If you’re only comparing several treatment groups to a single control group rather than testing every possible pair, Dunnett’s test is designed specifically for that situation and will give you more power than a general method. Scheffé’s test is the most conservative of the common options but has a useful property: it’s fully consistent with the ANOVA result, meaning a nonsignificant ANOVA will never produce a significant pairwise difference. It’s best suited for studies that test linear combinations of means rather than simple pairwise comparisons.

For nonparametric data where you can’t assume normal distributions, the Dunn procedure and Games-Howell test are commonly used for unplanned comparisons.

A Practical Decision Framework

The decision comes down to three questions.

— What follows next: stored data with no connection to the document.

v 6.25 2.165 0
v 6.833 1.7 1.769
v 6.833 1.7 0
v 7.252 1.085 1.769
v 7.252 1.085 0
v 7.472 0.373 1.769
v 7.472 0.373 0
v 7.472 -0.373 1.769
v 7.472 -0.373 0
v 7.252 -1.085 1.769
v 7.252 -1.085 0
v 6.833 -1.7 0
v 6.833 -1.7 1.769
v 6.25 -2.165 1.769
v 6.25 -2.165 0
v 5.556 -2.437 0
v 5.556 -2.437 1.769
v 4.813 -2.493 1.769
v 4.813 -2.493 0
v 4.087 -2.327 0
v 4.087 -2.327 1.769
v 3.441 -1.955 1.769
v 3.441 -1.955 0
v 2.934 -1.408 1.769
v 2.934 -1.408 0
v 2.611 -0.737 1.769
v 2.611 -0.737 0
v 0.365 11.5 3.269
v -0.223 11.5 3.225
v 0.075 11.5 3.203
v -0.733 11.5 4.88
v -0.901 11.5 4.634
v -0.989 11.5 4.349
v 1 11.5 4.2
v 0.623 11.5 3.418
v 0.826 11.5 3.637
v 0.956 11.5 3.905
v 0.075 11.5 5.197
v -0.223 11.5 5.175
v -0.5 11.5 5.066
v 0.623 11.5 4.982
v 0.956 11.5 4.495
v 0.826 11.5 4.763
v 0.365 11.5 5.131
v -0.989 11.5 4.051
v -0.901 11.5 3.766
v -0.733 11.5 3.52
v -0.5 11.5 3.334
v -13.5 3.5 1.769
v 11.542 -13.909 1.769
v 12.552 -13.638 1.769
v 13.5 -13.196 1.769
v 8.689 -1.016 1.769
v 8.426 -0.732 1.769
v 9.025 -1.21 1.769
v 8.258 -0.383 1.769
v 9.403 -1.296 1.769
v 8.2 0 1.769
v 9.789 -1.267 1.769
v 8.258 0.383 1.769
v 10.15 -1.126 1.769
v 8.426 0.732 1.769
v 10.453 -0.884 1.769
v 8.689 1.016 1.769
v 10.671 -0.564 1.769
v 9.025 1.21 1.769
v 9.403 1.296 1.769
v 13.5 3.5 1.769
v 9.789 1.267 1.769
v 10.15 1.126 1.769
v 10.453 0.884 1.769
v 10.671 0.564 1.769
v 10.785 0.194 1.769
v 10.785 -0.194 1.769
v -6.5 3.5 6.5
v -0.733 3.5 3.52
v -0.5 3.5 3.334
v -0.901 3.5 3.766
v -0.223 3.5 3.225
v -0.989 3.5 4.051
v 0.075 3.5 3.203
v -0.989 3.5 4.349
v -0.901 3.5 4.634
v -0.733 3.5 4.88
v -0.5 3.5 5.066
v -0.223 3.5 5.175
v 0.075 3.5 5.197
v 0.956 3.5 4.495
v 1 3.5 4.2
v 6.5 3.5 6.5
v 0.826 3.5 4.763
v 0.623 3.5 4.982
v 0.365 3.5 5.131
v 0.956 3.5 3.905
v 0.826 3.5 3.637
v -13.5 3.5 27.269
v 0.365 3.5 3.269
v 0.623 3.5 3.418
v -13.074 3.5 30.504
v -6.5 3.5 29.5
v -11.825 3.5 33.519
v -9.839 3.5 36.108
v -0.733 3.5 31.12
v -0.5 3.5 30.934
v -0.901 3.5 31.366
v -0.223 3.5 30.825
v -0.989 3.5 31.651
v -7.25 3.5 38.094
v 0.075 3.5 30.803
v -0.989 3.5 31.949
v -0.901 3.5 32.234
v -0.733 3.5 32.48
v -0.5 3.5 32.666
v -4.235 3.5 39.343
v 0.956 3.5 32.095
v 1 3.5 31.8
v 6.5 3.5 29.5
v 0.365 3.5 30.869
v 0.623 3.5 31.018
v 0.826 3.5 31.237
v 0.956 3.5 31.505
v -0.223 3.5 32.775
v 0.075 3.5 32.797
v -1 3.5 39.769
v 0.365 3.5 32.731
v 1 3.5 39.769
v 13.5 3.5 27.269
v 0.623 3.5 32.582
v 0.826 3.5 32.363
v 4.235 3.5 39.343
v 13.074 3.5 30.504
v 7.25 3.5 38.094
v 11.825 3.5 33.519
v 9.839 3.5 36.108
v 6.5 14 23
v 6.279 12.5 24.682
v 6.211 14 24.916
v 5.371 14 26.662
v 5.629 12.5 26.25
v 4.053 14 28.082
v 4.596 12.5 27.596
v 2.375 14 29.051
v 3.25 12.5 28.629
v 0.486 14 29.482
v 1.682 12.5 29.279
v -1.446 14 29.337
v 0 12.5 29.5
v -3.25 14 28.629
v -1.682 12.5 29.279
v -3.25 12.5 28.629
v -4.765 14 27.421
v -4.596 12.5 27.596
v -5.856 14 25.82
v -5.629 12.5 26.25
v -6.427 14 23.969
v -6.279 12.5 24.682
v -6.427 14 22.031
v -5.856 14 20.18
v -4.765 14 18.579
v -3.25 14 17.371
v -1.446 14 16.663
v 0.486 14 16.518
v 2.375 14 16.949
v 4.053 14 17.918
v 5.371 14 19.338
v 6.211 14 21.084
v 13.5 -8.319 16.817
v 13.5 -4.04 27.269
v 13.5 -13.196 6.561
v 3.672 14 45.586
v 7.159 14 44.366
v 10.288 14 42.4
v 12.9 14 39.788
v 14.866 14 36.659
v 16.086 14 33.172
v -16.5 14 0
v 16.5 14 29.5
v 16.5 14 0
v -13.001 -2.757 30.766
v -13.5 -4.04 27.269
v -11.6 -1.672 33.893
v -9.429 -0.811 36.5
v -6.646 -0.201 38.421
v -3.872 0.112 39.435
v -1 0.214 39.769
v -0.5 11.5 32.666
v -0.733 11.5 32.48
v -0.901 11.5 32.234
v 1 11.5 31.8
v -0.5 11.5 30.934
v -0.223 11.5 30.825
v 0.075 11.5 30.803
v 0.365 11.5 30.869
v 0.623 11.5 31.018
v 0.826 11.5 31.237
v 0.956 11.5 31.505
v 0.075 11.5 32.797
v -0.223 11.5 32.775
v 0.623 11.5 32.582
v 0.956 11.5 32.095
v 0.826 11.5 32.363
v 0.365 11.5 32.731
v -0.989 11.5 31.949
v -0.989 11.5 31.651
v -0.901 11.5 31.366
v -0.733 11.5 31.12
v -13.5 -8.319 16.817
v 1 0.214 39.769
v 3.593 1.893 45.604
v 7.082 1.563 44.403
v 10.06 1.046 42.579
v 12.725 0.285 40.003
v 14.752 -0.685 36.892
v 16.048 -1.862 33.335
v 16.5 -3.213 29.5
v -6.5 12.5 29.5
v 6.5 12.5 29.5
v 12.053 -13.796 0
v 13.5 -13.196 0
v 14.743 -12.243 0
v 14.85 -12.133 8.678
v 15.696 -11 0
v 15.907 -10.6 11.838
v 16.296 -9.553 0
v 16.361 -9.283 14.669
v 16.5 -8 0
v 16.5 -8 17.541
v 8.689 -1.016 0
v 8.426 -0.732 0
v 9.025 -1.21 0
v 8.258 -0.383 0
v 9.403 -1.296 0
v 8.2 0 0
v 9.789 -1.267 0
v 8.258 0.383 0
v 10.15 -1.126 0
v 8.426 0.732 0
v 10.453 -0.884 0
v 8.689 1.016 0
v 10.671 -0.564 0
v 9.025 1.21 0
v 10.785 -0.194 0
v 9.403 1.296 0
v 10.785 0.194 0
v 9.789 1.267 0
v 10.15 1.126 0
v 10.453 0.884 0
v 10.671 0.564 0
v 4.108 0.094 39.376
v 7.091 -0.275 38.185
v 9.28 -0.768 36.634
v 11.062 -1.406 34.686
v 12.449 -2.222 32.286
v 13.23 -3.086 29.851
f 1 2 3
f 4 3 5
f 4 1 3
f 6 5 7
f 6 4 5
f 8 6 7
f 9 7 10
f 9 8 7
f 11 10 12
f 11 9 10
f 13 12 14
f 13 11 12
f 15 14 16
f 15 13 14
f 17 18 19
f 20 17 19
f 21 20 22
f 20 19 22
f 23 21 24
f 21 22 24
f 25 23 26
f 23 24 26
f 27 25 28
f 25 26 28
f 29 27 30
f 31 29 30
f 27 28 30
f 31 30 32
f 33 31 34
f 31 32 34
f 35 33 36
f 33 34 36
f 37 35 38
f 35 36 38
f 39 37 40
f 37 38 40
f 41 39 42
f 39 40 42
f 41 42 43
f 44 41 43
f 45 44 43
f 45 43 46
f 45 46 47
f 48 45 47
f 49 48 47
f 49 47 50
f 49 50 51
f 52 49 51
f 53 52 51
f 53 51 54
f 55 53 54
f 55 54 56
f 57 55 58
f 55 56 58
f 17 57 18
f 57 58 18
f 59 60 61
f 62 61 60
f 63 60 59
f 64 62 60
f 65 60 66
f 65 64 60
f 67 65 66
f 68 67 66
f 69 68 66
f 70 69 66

First, are these tests part of the same family? Tests addressing the same overarching question, run on the same dataset, belong together. Tests addressing separate hypotheses that happen to appear in the same paper may not. Second, is this confirmatory or exploratory? Confirmatory work demands correction; exploratory work may not, as long as findings are clearly labeled as preliminary. Third, what’s the cost of a false positive versus a false negative? When a false positive triggers expensive follow-up, regulatory action, or clinical decisions, use FWER control. When missing a true effect is equally costly and you can tolerate some noise, FDR control preserves more power.

Sample size also matters practically. Having more observations per group does more to reduce false negatives than having more groups does to increase them. If you’re planning a study with many comparisons, investing in larger samples per group will help offset the power loss that any correction method introduces.

One common mistake is applying no correction during analysis and then selectively reporting only the significant results. This is effectively the same as running uncorrected multiple tests, and it inflates false positive rates just as badly. If you test 20 variables and report only the three that reached significance, the reader has no way to evaluate whether those results are real or expected by chance. Transparency about the total number of tests conducted is just as important as the correction method you choose.